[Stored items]
________________

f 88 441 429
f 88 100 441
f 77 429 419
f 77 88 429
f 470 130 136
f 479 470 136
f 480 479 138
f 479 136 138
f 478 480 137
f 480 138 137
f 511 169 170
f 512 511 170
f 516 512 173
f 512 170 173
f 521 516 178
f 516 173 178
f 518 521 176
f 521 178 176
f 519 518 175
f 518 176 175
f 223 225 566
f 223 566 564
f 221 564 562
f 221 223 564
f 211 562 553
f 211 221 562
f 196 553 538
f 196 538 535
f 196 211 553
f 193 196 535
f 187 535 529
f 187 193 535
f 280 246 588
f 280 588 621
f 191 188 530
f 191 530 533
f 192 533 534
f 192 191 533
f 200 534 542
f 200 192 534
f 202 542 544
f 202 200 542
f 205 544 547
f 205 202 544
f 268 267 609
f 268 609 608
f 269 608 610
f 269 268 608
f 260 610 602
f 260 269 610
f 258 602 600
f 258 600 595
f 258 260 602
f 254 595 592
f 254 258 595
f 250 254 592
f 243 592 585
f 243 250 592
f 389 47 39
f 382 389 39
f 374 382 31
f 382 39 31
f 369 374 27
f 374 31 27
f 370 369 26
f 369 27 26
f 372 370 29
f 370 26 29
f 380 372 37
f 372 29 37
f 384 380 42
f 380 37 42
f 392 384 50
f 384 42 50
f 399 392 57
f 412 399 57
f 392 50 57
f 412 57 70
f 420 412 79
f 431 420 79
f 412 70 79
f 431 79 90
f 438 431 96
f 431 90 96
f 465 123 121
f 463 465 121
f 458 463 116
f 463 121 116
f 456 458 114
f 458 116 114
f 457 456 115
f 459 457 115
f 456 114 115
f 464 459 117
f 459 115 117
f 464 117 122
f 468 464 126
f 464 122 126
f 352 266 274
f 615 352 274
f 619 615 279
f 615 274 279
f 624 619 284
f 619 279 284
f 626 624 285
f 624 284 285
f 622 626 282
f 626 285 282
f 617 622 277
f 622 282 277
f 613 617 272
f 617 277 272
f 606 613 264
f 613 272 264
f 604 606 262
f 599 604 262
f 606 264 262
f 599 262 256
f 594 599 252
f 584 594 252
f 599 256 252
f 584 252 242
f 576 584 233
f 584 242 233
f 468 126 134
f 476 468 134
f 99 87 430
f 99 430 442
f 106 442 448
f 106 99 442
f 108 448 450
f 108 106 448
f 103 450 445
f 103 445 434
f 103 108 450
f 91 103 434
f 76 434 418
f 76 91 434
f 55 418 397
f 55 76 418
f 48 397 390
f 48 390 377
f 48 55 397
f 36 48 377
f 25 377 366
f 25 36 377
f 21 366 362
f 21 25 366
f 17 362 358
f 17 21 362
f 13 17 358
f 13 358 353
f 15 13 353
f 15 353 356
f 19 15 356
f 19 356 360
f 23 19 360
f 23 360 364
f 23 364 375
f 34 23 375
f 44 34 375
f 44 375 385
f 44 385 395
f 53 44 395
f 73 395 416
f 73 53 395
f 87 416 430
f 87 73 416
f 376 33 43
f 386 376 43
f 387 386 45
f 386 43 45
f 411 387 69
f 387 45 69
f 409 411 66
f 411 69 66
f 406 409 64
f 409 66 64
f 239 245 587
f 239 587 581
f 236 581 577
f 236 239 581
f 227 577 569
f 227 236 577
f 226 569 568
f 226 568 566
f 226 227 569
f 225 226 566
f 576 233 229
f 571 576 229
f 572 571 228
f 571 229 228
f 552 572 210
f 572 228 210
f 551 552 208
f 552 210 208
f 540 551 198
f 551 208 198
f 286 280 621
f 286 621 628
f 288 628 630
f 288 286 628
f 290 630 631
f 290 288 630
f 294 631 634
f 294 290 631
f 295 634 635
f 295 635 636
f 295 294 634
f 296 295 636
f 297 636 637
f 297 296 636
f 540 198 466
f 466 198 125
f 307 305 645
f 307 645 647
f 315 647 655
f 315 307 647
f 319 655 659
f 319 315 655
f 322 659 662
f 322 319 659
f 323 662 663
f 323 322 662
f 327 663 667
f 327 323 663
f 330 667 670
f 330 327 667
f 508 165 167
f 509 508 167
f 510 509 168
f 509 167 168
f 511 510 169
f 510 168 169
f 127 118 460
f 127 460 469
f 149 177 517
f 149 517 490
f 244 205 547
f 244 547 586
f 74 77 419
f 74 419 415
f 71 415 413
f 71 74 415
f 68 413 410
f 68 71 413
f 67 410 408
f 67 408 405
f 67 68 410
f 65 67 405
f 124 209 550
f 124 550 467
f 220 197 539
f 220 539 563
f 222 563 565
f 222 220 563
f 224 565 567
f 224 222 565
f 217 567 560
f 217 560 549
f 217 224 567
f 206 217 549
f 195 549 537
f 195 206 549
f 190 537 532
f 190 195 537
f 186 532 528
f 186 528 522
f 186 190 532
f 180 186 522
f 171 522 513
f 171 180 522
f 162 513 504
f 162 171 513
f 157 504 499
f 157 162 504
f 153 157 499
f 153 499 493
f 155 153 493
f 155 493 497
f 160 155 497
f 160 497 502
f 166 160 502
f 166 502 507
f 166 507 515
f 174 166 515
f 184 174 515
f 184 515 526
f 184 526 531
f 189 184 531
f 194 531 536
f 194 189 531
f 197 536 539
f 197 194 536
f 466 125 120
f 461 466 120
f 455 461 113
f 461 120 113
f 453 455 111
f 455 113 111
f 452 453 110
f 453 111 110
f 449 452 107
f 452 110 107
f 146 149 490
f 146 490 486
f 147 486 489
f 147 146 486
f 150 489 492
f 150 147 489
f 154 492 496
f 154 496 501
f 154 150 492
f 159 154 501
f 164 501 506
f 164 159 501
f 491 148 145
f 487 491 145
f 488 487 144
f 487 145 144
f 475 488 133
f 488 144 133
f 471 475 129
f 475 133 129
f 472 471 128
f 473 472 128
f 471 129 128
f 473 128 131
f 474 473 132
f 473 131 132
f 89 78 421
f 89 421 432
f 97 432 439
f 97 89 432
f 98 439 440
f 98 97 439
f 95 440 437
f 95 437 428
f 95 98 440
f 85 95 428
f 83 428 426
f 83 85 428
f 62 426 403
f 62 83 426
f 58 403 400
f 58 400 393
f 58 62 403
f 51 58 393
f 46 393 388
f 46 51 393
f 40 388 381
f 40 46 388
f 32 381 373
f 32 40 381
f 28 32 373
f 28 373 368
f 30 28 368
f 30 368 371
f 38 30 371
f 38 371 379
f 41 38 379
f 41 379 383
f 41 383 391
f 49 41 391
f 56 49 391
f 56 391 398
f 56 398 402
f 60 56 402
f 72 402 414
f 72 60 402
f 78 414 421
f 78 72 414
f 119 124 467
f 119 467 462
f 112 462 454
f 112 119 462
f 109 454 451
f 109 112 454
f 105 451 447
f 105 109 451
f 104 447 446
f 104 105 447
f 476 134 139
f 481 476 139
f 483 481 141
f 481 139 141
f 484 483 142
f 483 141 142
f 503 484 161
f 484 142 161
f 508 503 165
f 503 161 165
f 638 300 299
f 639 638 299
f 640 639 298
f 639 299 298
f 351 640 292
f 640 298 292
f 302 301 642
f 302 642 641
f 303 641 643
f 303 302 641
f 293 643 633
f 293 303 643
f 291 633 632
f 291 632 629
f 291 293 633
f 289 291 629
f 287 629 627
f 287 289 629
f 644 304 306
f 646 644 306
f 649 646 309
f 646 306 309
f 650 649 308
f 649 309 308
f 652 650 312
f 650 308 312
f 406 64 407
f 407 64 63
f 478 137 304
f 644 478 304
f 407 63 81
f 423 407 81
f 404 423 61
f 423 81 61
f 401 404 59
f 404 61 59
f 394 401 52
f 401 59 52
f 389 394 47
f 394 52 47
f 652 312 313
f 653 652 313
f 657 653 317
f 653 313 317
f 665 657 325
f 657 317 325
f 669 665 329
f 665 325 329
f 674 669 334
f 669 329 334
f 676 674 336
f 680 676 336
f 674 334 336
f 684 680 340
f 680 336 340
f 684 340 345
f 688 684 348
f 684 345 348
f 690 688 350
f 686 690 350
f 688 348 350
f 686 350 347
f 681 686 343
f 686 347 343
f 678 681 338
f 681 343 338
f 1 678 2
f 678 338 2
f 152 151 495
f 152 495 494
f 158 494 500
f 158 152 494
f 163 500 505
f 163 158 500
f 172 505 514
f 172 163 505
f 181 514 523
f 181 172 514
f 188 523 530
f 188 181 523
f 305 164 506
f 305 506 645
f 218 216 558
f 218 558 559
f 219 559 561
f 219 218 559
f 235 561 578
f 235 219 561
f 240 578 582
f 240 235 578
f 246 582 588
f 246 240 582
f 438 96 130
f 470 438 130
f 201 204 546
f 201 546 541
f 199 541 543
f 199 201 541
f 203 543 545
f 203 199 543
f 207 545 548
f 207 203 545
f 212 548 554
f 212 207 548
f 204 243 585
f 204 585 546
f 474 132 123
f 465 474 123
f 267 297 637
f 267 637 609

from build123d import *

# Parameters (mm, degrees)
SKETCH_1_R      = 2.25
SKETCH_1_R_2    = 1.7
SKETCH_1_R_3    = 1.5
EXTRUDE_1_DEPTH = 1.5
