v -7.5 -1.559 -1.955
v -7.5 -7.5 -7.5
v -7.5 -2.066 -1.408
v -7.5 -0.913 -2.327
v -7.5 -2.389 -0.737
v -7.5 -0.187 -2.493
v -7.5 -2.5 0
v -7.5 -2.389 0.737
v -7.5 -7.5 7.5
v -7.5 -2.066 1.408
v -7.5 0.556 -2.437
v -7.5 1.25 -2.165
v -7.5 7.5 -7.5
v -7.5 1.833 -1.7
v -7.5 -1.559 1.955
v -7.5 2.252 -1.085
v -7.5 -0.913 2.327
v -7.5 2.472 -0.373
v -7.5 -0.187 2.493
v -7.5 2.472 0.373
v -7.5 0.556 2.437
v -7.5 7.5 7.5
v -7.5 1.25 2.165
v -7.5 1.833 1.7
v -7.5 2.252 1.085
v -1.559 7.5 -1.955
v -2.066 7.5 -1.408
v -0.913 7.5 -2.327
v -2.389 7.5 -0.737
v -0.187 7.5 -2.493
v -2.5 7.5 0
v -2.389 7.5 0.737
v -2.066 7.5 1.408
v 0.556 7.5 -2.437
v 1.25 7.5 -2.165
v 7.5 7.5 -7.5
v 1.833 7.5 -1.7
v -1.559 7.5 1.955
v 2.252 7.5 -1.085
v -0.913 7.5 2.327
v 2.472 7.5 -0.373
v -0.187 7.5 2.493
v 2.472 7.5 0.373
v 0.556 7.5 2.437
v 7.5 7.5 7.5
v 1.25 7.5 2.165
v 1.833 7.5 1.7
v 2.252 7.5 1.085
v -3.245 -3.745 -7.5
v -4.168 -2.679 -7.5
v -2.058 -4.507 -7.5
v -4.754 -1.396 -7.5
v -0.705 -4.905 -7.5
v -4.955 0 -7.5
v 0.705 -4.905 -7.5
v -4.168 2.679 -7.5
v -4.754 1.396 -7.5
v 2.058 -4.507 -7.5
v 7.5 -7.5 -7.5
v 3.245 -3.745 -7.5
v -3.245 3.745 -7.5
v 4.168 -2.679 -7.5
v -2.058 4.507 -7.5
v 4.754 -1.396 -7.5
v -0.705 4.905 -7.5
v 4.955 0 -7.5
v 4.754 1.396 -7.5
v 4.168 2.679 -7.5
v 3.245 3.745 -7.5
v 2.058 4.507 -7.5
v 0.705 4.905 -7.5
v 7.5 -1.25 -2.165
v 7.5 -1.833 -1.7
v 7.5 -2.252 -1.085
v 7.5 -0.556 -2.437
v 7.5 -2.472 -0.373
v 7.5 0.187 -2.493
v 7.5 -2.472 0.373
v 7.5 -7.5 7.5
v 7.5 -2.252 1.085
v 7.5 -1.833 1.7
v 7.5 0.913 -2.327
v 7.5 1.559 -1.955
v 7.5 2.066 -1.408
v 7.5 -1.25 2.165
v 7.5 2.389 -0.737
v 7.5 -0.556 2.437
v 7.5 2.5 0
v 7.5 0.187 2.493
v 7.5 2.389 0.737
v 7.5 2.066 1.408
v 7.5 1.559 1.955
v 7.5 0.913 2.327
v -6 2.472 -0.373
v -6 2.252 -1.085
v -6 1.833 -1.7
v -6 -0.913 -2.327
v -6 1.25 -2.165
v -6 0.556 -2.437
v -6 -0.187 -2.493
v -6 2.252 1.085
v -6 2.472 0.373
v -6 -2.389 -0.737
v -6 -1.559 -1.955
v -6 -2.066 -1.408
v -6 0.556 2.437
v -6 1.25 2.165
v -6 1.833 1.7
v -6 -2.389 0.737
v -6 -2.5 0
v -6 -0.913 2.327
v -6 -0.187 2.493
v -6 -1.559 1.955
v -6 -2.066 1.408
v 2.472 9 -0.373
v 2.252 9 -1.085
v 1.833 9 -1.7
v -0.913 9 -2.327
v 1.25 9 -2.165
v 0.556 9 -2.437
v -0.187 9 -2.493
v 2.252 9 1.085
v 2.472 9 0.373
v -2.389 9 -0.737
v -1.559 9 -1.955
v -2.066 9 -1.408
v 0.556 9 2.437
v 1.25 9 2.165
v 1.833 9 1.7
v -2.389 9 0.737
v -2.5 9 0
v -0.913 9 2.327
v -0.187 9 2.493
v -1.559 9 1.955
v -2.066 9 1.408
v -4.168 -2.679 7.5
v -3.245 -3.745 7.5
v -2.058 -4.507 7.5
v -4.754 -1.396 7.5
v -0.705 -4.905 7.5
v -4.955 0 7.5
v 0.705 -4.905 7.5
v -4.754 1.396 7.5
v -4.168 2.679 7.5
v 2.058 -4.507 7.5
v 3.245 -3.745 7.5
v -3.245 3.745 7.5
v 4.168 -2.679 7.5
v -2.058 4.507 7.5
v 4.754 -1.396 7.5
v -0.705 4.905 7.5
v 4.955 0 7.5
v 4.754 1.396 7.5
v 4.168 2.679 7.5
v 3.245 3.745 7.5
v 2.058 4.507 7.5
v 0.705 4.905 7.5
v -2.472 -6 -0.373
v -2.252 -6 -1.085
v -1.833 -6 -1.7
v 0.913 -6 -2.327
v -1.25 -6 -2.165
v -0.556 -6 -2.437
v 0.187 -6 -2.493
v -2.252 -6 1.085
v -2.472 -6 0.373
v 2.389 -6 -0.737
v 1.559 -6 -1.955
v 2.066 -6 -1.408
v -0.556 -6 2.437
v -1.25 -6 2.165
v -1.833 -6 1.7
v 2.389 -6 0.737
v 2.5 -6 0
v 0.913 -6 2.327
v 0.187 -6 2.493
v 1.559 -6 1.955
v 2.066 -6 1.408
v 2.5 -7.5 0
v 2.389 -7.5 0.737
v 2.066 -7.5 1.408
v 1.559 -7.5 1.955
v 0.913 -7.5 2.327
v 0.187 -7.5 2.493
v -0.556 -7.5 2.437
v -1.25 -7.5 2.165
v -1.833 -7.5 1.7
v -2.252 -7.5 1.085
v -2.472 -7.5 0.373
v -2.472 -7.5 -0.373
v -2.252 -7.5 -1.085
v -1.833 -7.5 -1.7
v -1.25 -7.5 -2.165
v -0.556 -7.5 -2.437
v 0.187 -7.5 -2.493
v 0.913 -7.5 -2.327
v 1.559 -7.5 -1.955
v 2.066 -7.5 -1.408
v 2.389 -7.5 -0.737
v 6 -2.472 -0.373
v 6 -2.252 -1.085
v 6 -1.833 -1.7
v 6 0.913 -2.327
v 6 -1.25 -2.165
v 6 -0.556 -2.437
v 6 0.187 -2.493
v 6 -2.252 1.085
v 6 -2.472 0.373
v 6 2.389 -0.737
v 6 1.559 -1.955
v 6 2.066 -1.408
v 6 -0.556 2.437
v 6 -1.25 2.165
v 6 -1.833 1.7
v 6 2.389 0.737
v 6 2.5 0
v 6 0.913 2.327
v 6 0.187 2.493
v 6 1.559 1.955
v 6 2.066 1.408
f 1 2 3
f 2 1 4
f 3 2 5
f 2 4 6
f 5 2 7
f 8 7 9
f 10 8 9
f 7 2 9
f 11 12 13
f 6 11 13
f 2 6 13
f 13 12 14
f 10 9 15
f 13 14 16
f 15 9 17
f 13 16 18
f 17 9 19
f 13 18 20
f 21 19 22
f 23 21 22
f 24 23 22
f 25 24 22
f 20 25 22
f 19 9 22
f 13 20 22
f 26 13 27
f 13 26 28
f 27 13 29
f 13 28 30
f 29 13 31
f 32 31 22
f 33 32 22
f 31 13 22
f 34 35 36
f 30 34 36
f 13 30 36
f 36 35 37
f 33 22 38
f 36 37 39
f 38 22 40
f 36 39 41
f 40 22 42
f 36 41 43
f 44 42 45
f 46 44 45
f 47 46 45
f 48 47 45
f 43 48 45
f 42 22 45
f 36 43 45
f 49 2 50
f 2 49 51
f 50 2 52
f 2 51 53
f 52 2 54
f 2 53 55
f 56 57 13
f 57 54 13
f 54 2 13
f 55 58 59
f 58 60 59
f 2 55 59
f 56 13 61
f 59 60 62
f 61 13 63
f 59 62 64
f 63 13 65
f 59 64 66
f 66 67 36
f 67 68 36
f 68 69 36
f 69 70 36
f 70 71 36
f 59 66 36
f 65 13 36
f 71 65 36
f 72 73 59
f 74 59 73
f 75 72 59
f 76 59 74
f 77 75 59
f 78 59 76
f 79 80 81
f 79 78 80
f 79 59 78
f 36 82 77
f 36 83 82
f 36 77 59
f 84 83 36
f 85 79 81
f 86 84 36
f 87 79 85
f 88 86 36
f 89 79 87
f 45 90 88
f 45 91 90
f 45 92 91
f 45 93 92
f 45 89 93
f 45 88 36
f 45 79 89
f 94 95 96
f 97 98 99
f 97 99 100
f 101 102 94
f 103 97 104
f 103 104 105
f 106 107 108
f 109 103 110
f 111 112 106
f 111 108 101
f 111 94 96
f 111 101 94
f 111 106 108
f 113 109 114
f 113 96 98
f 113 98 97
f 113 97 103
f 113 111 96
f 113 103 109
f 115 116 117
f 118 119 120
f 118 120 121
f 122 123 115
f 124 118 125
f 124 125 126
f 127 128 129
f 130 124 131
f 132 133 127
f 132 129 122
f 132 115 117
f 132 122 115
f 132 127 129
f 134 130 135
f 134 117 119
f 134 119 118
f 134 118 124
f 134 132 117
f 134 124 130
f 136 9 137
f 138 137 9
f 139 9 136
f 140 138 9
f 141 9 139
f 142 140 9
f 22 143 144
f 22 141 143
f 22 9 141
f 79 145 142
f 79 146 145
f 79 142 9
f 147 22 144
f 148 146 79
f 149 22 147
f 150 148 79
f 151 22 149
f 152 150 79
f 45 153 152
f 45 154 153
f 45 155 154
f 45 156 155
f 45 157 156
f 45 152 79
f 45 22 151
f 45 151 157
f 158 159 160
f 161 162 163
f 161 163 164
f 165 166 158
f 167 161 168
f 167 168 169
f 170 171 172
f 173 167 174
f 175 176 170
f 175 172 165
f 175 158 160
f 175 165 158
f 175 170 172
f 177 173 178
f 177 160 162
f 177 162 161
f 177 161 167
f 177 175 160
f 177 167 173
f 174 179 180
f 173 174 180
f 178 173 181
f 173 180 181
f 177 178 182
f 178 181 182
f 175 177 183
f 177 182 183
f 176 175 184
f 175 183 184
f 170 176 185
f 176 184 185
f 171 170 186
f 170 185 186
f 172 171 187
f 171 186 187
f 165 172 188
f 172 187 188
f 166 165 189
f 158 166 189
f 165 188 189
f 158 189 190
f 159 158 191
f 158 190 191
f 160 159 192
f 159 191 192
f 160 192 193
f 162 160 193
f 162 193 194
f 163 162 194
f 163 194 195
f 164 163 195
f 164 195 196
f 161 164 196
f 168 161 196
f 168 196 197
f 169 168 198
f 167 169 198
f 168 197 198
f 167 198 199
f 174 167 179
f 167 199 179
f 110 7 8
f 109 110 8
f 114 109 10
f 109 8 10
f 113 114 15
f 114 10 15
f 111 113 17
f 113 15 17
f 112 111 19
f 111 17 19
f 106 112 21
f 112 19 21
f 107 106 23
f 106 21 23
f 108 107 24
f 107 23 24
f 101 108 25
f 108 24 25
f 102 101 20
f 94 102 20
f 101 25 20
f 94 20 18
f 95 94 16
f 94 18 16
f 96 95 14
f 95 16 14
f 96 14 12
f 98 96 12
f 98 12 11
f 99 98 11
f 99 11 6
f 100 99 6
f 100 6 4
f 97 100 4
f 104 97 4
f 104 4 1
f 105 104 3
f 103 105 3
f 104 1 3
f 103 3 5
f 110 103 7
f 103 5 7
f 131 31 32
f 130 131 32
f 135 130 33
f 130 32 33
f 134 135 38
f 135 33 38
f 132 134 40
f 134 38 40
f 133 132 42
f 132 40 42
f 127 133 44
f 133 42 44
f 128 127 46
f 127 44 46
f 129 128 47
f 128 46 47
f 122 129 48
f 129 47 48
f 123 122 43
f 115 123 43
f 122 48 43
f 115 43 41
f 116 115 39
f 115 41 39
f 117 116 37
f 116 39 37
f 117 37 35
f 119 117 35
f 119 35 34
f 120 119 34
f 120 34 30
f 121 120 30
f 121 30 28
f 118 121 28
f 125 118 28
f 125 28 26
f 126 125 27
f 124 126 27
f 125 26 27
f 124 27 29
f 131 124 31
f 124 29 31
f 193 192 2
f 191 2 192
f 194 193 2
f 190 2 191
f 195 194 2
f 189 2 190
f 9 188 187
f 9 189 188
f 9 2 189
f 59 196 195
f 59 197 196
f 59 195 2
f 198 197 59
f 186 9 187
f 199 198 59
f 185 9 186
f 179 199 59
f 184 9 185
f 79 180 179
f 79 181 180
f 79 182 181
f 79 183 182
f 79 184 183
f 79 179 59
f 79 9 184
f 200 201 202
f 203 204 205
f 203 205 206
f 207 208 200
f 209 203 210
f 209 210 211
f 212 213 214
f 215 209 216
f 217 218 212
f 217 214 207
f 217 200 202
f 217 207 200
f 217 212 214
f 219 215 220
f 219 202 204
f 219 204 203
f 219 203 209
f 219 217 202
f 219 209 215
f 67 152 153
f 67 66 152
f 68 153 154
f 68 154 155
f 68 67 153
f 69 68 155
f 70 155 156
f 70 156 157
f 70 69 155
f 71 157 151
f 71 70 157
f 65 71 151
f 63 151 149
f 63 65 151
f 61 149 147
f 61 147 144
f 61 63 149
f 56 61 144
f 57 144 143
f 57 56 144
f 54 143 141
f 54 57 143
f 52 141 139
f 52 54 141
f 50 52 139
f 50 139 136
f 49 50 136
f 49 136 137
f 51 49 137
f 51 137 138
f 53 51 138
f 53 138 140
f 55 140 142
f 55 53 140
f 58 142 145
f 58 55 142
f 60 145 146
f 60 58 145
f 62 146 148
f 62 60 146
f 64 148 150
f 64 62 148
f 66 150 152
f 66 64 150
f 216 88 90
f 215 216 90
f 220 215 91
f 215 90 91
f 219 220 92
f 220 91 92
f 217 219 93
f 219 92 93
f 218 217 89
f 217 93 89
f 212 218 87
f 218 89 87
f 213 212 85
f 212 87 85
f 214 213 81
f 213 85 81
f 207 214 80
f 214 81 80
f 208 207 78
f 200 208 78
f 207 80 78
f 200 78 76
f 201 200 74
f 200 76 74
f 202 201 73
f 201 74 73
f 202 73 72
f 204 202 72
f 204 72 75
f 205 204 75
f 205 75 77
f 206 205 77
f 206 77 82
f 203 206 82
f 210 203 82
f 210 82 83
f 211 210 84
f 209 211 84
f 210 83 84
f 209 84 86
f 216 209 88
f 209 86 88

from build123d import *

# Parameters (mm, degrees)
F0_W     = 15
F0_H     = 15
F0_R     = 4.955
F1_DEPTH = 7.5
F2_R     = 2.5
F3_DEPTH = 1.5
F4_R     = 2.5
F5_DEPTH = 1.5
F6_R     = 2.5
F7_DEPTH = 1.5
F8_R     = 2.5
F9_DEPTH = 1.5


with BuildPart() as f1:
    # F0 (on Top) → F1 (new body, symmetric)
    with BuildSketch(Plane.XY):
        Rectangle(F0_W, F0_H)
        Circle(F0_R, mode=Mode.SUBTRACT)
    extrude(amount=F1_DEPTH, both=True)

    # F2 (on face) → F3 (join)
    with BuildSketch(Plane(origin=(0, 7.5, 0), x_dir=(-1, 0, 0), z_dir=(0, 1, 0))):
        Circle(F2_R)
    extrude(amount=F3_DEPTH)

    # F4 (on face) → F5 (cut)
    with BuildSketch(Plane.XZ.offset(7.5)):
        Circle(F4_R)
    extrude(amount=-F5_DEPTH, mode=Mode.SUBTRACT)

    # F6 (on face) → F7 (cut)
    with BuildSketch(Plane.YZ.offset(7.5)):
        Circle(F6_R)
    extrude(amount=-F7_DEPTH, mode=Mode.SUBTRACT)

    # F8 (on face) → F9 (cut)
    with BuildSketch(Plane(origin=(-7.5, 0, 0), x_dir=(0, -1, 0), z_dir=(-1, 0, 0))):
        Circle(F8_R)
    extrude(amount=-F9_DEPTH, mode=Mode.SUBTRACT)


solid = f1.part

________________

Copy out, exactly and alone, the lines of the entries above between the ones holding "v -7.5 7.5 7.5" and "v 2.252 9 -1.085", inclusive.

**SOLUTION**
v -7.5 7.5 7.5
v -7.5 1.25 2.165
v -7.5 1.833 1.7
v -7.5 2.252 1.085
v -1.559 7.5 -1.955
v -2.066 7.5 -1.408
v -0.913 7.5 -2.327
v -2.389 7.5 -0.737
v -0.187 7.5 -2.493
v -2.5 7.5 0
v -2.389 7.5 0.737
v -2.066 7.5 1.408
v 0.556 7.5 -2.437
v 1.25 7.5 -2.165
v 7.5 7.5 -7.5
v 1.833 7.5 -1.7
v -1.559 7.5 1.955
v 2.252 7.5 -1.085
v -0.913 7.5 2.327
v 2.472 7.5 -0.373
v -0.187 7.5 2.493
v 2.472 7.5 0.373
v 0.556 7.5 2.437
v 7.5 7.5 7.5
v 1.25 7.5 2.165
v 1.833 7.5 1.7
v 2.252 7.5 1.085
v -3.245 -3.745 -7.5
v -4.168 -2.679 -7.5
v -2.058 -4.507 -7.5
v -4.754 -1.396 -7.5
v -0.705 -4.905 -7.5
v -4.955 0 -7.5
v 0.705 -4.905 -7.5
v -4.168 2.679 -7.5
v -4.754 1.396 -7.5
v 2.058 -4.507 -7.5
v 7.5 -7.5 -7.5
v 3.245 -3.745 -7.5
v -3.245 3.745 -7.5
v 4.168 -2.679 -7.5
v -2.058 4.507 -7.5
v 4.754 -1.396 -7.5
v -0.705 4.905 -7.5
v 4.955 0 -7.5
v 4.754 1.396 -7.5
v 4.168 2.679 -7.5
v 3.245 3.745 -7.5
v 2.058 4.507 -7.5
v 0.705 4.905 -7.5
v 7.5 -1.25 -2.165
v 7.5 -1.833 -1.7
v 7.5 -2.252 -1.085
v 7.5 -0.556 -2.437
v 7.5 -2.472 -0.373
v 7.5 0.187 -2.493
v 7.5 -2.472 0.373
v 7.5 -7.5 7.5
v 7.5 -2.252 1.085
v 7.5 -1.833 1.7
v 7.5 0.913 -2.327
v 7.5 1.559 -1.955
v 7.5 2.066 -1.408
v 7.5 -1.25 2.165
v 7.5 2.389 -0.737
v 7.5 -0.556 2.437
v 7.5 2.5 0
v 7.5 0.187 2.493
v 7.5 2.389 0.737
v 7.5 2.066 1.408
v 7.5 1.559 1.955
v 7.5 0.913 2.327
v -6 2.472 -0.373
v -6 2.252 -1.085
v -6 1.833 -1.7
v -6 -0.913 -2.327
v -6 1.25 -2.165
v -6 0.556 -2.437
v -6 -0.187 -2.493
v -6 2.252 1.085
v -6 2.472 0.373
v -6 -2.389 -0.737
v -6 -1.559 -1.955
v -6 -2.066 -1.408
v -6 0.556 2.437
v -6 1.25 2.165
v -6 1.833 1.7
v -6 -2.389 0.737
v -6 -2.5 0
v -6 -0.913 2.327
v -6 -0.187 2.493
v -6 -1.559 1.955
v -6 -2.066 1.408
v 2.472 9 -0.373
v 2.252 9 -1.085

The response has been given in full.